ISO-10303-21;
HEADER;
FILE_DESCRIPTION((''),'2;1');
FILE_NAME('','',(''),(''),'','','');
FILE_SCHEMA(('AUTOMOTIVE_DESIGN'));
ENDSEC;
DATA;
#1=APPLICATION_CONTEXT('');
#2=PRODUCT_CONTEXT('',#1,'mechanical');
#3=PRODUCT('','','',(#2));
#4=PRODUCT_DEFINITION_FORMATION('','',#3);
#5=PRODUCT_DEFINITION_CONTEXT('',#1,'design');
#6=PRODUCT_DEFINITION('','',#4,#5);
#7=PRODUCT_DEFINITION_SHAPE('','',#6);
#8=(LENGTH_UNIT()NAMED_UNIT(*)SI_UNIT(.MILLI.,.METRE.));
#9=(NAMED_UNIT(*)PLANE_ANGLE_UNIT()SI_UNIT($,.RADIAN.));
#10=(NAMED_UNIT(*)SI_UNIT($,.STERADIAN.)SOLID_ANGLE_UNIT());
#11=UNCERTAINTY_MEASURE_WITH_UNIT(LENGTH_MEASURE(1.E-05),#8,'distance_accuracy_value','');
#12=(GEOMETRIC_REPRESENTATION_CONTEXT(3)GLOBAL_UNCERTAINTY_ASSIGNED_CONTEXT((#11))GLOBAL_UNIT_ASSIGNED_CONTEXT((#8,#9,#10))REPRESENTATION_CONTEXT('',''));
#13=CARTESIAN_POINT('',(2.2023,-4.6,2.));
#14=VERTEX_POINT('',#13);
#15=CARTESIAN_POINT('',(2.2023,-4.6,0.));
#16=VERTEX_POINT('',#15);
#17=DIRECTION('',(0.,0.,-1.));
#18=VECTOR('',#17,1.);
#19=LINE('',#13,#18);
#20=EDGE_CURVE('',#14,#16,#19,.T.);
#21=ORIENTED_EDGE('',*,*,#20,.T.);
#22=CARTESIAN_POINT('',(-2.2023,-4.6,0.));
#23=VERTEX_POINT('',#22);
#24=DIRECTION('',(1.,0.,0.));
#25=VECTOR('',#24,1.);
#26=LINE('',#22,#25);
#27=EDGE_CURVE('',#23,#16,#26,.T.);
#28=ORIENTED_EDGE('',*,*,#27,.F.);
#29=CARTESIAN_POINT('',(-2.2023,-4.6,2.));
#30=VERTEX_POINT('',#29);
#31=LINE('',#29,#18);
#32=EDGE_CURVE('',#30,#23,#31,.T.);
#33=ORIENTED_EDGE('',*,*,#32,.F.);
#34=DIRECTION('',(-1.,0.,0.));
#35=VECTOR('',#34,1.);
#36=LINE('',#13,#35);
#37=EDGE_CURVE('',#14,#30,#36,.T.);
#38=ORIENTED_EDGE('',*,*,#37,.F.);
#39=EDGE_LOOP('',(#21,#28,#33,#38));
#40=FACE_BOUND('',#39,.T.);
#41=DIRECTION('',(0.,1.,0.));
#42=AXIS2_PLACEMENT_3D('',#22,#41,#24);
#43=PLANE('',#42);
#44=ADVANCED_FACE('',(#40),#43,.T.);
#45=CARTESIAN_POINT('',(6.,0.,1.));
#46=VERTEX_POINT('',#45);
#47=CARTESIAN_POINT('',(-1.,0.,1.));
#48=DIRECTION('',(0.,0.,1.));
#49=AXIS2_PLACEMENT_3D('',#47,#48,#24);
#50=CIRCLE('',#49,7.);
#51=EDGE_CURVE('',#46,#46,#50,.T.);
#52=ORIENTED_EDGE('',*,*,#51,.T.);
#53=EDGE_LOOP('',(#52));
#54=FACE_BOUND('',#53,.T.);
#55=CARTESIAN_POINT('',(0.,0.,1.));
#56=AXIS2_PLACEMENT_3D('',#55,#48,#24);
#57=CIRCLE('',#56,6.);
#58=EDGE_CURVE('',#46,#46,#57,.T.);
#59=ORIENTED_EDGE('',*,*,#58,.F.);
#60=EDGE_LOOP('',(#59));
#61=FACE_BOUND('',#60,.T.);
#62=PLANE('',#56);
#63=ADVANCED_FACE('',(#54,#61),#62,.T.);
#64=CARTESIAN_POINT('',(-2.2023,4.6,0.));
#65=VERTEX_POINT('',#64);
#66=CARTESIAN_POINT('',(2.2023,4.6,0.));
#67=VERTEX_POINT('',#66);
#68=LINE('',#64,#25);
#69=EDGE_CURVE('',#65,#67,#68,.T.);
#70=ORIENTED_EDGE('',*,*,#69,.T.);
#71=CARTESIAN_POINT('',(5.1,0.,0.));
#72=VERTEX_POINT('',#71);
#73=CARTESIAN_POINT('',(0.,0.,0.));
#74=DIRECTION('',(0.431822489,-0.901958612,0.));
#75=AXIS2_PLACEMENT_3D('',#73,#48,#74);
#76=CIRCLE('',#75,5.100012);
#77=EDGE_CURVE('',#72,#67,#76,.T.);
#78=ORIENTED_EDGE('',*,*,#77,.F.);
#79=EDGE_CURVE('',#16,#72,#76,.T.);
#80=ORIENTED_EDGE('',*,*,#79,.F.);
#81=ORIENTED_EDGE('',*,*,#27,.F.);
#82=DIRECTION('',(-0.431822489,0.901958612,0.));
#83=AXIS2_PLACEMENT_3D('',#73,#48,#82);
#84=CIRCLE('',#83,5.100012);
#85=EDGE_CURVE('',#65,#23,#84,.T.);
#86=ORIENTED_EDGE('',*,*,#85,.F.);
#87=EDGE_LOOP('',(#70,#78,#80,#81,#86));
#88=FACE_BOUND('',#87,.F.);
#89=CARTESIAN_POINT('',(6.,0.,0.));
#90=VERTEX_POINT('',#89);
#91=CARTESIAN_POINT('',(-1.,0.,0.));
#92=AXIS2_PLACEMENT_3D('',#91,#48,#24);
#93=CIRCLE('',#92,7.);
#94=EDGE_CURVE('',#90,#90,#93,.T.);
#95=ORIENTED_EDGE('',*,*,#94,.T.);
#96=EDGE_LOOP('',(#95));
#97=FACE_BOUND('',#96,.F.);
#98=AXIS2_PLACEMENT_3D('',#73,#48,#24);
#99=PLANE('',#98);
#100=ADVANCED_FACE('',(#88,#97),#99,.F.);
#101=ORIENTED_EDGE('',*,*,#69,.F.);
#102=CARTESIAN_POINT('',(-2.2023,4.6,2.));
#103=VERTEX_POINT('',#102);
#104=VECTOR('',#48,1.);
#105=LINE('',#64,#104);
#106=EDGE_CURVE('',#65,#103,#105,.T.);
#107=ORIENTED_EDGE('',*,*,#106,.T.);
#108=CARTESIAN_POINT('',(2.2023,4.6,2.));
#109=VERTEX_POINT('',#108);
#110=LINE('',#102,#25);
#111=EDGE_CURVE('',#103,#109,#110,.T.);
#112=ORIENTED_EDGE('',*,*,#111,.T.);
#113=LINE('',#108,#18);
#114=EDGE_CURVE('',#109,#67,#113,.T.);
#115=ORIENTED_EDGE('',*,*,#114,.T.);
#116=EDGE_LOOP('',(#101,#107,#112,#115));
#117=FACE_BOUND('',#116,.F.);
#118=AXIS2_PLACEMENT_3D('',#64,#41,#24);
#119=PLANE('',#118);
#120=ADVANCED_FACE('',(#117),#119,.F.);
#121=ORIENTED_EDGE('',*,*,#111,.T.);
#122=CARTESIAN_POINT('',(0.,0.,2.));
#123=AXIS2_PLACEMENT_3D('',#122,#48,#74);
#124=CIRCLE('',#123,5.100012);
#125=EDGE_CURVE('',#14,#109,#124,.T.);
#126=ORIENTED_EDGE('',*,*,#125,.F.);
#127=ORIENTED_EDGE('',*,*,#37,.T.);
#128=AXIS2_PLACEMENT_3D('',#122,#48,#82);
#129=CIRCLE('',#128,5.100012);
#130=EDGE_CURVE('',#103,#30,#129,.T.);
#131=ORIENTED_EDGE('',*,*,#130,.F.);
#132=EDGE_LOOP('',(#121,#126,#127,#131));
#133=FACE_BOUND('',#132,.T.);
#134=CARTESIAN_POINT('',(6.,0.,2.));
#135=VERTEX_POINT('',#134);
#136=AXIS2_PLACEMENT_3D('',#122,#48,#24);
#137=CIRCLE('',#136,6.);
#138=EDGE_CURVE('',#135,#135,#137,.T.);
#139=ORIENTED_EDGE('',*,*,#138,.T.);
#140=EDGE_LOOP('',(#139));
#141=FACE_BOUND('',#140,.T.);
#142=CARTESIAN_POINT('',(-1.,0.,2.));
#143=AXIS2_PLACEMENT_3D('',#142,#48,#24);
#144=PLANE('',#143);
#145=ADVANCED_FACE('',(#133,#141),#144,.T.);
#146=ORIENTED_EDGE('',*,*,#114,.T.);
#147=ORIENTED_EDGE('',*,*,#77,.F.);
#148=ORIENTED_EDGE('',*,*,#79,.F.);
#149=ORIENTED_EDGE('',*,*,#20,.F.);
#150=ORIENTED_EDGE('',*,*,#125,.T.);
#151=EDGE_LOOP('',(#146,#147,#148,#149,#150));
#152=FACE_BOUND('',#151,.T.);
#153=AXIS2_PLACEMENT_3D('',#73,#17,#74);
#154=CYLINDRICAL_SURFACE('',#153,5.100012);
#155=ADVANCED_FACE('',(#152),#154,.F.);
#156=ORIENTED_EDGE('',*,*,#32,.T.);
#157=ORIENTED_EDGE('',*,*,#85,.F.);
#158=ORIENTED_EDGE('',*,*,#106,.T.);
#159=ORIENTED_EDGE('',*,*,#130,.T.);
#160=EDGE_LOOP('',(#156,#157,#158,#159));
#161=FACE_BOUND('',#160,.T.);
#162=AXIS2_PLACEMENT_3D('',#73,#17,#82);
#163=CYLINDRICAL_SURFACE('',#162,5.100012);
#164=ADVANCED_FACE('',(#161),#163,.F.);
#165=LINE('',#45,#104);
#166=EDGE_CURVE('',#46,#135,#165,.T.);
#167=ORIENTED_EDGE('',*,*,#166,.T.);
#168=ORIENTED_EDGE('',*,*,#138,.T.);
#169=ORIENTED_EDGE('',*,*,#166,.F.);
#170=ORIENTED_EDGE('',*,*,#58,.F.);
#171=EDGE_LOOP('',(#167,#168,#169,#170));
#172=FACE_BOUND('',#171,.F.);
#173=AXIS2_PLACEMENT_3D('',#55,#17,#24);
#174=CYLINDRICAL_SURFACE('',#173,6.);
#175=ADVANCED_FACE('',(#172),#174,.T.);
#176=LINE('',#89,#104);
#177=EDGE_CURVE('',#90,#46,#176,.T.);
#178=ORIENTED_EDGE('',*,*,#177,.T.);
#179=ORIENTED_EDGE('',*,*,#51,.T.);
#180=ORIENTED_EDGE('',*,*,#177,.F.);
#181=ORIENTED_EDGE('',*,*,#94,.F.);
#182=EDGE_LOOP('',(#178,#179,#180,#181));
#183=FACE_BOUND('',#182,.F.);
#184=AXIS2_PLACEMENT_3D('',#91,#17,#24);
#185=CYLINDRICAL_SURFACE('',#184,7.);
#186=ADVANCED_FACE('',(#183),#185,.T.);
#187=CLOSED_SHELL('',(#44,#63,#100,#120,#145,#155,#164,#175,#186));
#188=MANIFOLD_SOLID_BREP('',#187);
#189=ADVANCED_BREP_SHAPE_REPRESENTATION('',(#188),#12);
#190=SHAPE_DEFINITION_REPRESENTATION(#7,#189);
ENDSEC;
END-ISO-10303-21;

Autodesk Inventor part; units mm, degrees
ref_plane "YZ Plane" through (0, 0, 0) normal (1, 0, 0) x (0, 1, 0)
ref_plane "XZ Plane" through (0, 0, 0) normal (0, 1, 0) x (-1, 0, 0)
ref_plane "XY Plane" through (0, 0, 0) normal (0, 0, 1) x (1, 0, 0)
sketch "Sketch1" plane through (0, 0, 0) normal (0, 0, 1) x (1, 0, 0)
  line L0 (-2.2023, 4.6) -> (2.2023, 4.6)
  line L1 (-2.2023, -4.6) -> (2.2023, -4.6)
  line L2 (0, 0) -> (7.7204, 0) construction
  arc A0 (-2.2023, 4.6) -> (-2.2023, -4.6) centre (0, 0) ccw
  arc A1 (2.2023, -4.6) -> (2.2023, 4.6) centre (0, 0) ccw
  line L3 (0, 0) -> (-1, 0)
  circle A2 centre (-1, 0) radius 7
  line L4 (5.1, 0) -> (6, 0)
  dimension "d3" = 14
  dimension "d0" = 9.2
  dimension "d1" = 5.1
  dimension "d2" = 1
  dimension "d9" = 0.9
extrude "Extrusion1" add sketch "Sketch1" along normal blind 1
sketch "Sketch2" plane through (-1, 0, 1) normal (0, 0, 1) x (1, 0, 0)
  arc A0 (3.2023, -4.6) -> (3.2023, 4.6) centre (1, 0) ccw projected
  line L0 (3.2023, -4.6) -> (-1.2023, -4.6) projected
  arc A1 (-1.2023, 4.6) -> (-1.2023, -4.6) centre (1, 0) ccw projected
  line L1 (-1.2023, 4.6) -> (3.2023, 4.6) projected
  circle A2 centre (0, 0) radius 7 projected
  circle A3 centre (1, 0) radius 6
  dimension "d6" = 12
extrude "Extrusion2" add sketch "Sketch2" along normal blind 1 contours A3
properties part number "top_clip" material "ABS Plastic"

────────────────────

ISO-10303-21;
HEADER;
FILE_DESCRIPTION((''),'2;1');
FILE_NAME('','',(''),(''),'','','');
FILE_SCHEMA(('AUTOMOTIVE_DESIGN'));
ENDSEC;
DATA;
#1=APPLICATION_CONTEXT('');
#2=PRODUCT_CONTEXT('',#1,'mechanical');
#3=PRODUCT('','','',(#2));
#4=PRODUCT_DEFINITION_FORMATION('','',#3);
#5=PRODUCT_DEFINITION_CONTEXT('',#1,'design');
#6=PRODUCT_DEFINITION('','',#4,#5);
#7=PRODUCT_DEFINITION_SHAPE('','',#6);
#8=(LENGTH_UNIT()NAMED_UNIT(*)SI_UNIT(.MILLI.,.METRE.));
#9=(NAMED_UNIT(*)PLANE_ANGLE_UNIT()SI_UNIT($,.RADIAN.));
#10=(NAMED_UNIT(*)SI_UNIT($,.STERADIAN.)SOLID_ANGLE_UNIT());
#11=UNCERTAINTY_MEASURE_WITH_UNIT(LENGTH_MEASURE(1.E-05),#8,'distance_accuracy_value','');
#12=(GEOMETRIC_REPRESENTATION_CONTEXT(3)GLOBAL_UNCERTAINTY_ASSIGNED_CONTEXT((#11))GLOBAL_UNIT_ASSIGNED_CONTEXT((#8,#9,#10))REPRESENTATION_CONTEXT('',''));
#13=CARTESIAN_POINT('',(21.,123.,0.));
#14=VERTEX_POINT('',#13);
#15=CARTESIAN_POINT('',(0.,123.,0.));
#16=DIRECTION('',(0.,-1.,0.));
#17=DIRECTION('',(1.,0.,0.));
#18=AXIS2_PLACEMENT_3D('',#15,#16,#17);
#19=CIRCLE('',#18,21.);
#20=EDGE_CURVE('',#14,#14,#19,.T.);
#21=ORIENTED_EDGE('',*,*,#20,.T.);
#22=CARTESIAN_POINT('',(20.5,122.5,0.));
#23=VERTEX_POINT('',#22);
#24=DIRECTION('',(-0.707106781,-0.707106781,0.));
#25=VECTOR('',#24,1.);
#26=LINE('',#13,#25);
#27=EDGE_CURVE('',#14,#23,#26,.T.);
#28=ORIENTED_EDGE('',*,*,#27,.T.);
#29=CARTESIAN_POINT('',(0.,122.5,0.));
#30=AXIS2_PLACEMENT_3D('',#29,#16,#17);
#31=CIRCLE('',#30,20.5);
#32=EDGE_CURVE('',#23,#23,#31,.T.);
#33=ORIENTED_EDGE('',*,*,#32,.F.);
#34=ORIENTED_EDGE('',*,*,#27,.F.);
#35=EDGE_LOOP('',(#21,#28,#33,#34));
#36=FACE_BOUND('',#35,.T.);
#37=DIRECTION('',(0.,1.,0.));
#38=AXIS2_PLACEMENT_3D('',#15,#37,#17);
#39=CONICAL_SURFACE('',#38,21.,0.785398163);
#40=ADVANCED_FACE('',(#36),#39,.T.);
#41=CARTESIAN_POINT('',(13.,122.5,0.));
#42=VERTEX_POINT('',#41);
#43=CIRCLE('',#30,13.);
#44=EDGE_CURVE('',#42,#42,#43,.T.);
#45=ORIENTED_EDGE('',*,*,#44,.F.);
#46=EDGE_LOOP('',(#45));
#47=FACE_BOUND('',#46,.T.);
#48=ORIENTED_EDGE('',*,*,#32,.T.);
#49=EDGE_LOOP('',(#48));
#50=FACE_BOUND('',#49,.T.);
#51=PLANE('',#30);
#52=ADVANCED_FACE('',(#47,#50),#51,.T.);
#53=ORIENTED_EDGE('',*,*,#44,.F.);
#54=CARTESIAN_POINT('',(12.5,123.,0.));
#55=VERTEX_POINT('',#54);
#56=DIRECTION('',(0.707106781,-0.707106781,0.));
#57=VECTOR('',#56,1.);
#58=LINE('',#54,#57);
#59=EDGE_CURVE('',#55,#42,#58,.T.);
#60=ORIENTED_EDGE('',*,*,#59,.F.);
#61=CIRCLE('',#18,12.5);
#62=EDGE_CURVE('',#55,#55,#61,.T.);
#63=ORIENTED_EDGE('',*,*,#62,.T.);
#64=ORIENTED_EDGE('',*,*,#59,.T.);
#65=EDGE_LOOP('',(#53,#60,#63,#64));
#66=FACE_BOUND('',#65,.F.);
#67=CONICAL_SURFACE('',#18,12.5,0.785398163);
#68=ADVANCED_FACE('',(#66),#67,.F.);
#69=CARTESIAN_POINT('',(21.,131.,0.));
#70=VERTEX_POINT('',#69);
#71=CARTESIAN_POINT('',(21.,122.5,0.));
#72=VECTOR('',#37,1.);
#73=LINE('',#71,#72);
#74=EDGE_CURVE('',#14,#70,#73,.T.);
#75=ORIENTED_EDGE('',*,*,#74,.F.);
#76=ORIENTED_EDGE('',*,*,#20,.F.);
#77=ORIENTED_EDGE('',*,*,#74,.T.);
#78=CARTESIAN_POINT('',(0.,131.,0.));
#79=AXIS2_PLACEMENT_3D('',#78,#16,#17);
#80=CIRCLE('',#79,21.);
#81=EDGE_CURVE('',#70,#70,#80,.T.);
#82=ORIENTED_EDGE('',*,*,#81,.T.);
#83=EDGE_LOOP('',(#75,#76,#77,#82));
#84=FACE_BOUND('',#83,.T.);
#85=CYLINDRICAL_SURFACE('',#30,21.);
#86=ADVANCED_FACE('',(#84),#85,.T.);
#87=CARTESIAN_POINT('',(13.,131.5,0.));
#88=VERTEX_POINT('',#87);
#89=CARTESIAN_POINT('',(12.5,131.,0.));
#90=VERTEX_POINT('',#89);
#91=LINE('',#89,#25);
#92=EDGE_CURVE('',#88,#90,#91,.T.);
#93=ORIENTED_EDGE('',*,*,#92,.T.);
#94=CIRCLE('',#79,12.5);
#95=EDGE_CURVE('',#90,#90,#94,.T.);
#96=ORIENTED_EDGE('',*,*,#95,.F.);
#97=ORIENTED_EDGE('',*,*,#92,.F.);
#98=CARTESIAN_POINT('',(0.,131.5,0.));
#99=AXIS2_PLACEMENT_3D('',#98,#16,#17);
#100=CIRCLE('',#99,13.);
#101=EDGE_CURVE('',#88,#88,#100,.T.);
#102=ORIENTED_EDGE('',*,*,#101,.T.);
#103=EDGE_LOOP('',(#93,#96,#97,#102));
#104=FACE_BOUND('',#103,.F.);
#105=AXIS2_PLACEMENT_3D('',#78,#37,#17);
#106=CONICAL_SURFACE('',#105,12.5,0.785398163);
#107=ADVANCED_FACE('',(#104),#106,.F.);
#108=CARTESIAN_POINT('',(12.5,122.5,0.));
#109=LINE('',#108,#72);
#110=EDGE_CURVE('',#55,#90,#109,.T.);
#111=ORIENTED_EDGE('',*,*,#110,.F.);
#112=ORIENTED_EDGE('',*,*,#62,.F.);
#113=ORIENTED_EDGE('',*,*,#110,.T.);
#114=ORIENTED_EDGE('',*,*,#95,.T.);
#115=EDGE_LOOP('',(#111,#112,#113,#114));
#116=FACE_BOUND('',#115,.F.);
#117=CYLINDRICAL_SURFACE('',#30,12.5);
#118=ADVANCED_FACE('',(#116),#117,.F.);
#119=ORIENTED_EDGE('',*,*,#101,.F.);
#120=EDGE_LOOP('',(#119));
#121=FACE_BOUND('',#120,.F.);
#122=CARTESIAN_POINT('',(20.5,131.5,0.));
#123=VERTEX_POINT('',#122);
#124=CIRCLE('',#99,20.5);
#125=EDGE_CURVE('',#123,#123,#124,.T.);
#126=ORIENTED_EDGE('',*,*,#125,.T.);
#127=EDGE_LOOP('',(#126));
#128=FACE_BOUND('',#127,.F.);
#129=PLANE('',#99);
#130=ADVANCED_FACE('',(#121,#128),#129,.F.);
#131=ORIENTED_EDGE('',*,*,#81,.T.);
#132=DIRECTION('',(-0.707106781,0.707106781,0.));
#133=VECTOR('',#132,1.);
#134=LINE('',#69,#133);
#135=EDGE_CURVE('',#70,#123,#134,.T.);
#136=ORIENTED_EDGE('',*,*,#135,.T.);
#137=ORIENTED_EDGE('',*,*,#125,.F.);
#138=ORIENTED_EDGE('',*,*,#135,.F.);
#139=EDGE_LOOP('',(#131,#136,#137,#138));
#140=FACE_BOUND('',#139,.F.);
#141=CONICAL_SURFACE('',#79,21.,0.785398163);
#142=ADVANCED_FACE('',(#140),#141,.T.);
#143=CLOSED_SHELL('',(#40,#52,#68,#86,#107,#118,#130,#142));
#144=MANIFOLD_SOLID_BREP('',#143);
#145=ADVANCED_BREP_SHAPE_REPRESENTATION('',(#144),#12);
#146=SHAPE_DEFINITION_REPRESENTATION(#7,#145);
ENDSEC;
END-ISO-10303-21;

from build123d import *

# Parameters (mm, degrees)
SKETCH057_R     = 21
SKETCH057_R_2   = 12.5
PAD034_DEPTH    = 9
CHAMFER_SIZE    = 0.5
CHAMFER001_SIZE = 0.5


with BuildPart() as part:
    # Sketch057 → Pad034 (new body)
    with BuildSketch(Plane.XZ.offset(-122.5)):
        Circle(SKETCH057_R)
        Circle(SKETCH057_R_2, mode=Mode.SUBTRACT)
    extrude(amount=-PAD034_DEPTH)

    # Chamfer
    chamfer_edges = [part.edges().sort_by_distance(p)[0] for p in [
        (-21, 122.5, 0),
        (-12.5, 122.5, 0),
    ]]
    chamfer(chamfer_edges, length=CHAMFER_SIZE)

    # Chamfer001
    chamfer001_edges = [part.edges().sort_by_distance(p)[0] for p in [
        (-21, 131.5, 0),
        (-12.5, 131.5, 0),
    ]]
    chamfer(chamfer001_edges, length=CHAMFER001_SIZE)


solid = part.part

────────────────────

Using the data above, transcribe the lines that run from the line with "#93=ORIENTED_EDGE('',*,*,#92,.T.);" to the line with "#107=ADVANCED_FACE('',(#104),#106,.F.);", both ends kept, and output nothing else.

#93=ORIENTED_EDGE('',*,*,#92,.T.);
#94=CIRCLE('',#79,12.5);
#95=EDGE_CURVE('',#90,#90,#94,.T.);
#96=ORIENTED_EDGE('',*,*,#95,.F.);
#97=ORIENTED_EDGE('',*,*,#92,.F.);
#98=CARTESIAN_POINT('',(0.,131.5,0.));
#99=AXIS2_PLACEMENT_3D('',#98,#16,#17);
#100=CIRCLE('',#99,13.);
#101=EDGE_CURVE('',#88,#88,#100,.T.);
#102=ORIENTED_EDGE('',*,*,#101,.T.);
#103=EDGE_LOOP('',(#93,#96,#97,#102));
#104=FACE_BOUND('',#103,.F.);
#105=AXIS2_PLACEMENT_3D('',#78,#37,#17);
#106=CONICAL_SURFACE('',#105,12.5,0.785398163);
#107=ADVANCED_FACE('',(#104),#106,.F.);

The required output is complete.